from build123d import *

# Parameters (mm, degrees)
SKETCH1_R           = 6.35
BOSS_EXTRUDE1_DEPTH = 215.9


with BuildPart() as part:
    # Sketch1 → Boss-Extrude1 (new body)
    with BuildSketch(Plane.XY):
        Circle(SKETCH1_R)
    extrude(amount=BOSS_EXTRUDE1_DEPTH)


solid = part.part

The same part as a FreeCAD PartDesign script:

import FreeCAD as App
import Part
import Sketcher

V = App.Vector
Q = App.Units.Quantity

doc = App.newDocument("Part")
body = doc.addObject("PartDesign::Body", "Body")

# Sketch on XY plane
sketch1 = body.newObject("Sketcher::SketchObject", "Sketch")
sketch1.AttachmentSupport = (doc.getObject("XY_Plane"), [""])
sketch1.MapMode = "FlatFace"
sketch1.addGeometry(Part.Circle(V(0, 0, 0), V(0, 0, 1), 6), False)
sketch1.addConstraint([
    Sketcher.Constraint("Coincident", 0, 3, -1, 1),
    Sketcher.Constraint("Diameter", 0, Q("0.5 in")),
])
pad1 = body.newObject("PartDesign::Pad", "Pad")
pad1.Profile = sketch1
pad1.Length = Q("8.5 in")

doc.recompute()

==

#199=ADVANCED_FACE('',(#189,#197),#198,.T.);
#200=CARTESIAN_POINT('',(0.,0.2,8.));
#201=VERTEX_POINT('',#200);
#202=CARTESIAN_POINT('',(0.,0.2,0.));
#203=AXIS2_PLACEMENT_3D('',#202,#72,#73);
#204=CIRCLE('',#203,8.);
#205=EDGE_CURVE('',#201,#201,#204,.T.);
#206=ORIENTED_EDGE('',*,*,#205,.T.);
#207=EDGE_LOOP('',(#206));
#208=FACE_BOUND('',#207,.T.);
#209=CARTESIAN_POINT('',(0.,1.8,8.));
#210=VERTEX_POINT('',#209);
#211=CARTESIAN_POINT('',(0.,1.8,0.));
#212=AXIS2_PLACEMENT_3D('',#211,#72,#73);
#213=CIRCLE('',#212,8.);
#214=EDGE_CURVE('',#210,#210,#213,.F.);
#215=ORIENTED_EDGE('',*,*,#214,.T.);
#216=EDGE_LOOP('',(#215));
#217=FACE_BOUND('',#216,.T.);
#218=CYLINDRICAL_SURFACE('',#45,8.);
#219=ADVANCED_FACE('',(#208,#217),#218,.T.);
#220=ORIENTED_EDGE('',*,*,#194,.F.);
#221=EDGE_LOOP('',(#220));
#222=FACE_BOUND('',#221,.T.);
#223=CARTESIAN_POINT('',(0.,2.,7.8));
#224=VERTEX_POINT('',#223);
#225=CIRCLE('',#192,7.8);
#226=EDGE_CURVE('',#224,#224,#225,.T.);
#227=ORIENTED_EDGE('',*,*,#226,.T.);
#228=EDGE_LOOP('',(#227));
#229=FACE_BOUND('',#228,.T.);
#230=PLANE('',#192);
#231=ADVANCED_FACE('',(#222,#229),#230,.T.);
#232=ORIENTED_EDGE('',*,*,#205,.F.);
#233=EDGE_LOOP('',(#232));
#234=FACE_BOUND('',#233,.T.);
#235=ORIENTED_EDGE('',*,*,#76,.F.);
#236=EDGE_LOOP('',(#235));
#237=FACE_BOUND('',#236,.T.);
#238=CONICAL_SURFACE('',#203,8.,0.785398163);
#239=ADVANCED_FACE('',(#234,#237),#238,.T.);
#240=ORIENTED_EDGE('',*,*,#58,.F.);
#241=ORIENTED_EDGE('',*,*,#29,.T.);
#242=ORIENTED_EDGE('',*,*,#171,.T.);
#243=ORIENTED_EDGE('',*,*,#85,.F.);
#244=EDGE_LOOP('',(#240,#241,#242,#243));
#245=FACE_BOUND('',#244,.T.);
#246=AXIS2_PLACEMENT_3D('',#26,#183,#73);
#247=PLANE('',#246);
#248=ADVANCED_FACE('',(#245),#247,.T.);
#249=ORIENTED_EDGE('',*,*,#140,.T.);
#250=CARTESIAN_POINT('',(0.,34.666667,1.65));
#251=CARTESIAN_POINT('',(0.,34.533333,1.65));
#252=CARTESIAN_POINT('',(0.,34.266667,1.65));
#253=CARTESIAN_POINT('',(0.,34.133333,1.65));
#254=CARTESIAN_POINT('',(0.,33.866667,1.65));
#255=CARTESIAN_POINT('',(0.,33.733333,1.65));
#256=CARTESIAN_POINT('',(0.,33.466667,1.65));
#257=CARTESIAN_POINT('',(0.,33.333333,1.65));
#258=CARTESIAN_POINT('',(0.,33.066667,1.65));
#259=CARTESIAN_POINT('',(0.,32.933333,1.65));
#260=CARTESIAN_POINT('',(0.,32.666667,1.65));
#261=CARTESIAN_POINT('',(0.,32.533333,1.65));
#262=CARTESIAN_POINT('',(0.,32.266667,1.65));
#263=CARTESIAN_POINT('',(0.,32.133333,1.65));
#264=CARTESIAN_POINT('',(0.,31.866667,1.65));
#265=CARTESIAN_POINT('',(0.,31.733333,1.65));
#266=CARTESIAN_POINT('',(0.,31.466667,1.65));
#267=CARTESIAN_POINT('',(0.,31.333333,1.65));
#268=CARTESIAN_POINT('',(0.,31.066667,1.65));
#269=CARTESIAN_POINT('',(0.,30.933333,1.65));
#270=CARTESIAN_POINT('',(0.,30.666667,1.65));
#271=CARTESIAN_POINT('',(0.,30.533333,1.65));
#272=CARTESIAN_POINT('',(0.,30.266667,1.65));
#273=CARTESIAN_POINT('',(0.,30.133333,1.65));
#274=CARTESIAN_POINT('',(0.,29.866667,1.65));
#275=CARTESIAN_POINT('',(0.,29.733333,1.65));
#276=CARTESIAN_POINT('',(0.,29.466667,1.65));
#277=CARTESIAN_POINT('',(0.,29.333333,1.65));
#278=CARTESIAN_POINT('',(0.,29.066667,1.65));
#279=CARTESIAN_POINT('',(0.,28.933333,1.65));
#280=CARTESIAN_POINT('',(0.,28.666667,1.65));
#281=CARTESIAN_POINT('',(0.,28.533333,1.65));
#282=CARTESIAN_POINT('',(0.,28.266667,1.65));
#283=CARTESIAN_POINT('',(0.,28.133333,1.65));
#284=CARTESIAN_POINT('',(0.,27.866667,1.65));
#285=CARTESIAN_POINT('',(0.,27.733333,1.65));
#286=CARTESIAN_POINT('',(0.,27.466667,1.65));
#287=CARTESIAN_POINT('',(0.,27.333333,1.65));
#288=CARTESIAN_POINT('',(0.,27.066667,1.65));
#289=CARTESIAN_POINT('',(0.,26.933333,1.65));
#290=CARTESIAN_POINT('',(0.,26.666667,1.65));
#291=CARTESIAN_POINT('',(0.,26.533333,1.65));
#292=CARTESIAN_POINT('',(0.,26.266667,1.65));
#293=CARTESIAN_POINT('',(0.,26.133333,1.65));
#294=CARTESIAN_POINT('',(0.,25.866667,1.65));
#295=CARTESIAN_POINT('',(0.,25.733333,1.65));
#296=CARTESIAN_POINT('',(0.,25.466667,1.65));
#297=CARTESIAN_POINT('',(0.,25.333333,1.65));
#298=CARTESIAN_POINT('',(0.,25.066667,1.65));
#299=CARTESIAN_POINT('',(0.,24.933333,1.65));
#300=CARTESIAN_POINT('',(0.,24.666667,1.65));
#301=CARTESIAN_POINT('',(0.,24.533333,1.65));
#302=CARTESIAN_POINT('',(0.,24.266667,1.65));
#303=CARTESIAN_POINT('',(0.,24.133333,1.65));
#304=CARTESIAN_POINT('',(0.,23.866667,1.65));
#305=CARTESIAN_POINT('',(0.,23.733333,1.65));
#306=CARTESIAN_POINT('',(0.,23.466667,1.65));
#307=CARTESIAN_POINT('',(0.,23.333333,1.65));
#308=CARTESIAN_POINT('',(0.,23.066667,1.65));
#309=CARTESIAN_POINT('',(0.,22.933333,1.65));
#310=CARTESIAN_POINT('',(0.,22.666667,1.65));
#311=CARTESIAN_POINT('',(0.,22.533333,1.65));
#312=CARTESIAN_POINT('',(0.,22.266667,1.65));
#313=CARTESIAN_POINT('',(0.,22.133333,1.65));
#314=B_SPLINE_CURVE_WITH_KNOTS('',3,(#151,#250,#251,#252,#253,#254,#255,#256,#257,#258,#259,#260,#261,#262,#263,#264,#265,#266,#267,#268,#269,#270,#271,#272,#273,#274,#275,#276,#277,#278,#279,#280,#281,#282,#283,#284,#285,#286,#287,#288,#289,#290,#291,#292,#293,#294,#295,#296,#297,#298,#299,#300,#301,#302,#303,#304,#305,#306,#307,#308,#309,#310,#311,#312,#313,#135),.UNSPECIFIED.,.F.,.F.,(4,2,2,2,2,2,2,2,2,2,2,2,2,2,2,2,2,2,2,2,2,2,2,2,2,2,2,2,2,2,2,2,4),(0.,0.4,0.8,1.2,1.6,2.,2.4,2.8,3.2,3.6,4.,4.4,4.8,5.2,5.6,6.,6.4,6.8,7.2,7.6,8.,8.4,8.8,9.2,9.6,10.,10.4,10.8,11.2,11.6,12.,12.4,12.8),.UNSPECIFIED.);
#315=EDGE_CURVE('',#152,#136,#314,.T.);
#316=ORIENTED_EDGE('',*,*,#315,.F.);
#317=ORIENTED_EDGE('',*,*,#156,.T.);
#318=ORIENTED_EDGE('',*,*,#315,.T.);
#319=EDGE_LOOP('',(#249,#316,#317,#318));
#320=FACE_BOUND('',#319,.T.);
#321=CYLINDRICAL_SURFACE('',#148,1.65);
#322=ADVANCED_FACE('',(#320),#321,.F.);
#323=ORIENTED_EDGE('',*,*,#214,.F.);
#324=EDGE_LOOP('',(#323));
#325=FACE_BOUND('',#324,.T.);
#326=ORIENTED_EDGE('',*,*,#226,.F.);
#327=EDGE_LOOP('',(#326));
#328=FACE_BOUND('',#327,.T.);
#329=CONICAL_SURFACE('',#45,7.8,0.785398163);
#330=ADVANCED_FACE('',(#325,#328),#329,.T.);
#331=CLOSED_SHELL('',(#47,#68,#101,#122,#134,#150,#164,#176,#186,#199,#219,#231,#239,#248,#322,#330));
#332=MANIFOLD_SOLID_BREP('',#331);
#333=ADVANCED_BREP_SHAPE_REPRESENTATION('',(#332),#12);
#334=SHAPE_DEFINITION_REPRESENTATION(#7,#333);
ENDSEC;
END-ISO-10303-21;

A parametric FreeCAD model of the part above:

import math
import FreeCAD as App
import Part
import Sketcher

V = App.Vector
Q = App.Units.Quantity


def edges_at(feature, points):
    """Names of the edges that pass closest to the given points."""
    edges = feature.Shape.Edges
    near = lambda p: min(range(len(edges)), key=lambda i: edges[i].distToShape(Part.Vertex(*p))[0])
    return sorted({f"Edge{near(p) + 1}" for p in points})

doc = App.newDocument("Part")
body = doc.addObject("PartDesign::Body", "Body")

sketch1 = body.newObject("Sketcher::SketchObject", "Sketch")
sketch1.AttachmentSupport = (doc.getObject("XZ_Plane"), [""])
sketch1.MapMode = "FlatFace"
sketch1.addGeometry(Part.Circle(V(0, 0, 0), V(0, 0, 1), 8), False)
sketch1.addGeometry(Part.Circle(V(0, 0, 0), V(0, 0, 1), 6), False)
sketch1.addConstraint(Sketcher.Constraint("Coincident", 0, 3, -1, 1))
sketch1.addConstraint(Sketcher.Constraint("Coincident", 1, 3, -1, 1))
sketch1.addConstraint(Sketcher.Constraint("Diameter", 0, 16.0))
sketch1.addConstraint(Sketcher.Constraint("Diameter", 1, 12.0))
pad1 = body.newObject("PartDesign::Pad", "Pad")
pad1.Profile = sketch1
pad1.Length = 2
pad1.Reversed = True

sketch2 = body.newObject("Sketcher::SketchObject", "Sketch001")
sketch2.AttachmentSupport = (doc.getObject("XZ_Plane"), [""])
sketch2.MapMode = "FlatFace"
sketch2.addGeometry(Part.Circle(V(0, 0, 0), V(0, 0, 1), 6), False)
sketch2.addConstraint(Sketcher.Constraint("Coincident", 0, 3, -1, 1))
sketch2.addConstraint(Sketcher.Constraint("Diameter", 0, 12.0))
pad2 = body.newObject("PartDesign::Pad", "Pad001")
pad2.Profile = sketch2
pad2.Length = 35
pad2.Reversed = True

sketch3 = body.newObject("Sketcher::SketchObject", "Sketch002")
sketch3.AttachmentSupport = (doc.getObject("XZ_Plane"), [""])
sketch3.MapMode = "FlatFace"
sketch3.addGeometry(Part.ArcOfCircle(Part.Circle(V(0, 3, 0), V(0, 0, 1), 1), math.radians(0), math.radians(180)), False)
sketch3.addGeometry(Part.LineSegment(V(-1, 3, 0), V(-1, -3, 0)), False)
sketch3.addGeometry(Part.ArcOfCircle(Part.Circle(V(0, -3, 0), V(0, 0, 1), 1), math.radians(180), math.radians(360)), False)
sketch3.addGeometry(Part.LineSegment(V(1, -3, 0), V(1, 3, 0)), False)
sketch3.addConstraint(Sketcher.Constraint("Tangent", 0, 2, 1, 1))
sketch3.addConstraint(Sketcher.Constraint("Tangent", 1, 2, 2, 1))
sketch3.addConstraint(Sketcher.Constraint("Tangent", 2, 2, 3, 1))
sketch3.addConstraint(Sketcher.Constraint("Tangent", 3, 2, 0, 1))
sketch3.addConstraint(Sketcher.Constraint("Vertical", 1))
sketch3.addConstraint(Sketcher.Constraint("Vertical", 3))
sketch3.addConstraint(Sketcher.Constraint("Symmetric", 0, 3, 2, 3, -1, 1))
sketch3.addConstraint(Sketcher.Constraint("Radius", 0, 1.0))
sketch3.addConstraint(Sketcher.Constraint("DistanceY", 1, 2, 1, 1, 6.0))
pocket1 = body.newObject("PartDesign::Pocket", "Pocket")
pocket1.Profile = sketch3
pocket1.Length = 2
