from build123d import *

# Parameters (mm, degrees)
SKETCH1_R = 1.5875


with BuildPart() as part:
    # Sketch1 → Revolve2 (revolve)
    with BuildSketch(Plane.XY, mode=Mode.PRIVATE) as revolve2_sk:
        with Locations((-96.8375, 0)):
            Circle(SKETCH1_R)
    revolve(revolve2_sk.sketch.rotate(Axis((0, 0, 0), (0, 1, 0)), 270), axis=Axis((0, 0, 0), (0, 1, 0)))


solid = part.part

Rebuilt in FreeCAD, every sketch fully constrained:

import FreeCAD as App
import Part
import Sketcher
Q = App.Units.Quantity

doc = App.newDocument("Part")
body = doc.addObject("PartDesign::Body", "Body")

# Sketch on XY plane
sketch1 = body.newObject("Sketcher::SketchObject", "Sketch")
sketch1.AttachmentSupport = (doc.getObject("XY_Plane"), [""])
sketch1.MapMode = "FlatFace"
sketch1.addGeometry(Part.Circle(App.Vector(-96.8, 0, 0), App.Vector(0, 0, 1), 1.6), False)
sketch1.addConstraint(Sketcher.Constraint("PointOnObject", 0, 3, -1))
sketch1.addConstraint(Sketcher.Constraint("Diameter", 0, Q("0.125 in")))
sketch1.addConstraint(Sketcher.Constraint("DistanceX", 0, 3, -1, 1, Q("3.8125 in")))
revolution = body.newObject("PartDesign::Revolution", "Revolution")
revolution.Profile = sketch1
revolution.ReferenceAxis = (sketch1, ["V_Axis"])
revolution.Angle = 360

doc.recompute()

Work order: All lines holding the word "ArcOfCircle" must be copied from the data.

Solved exercise:
sketch3.addGeometry(Part.ArcOfCircle(Part.Circle(V(0, 3, 0), V(0, 0, 1), 1), math.radians(0), math.radians(180)), False)
sketch3.addGeometry(Part.ArcOfCircle(Part.Circle(V(0, -3, 0), V(0, 0, 1), 1), math.radians(180), math.radians(360)), False)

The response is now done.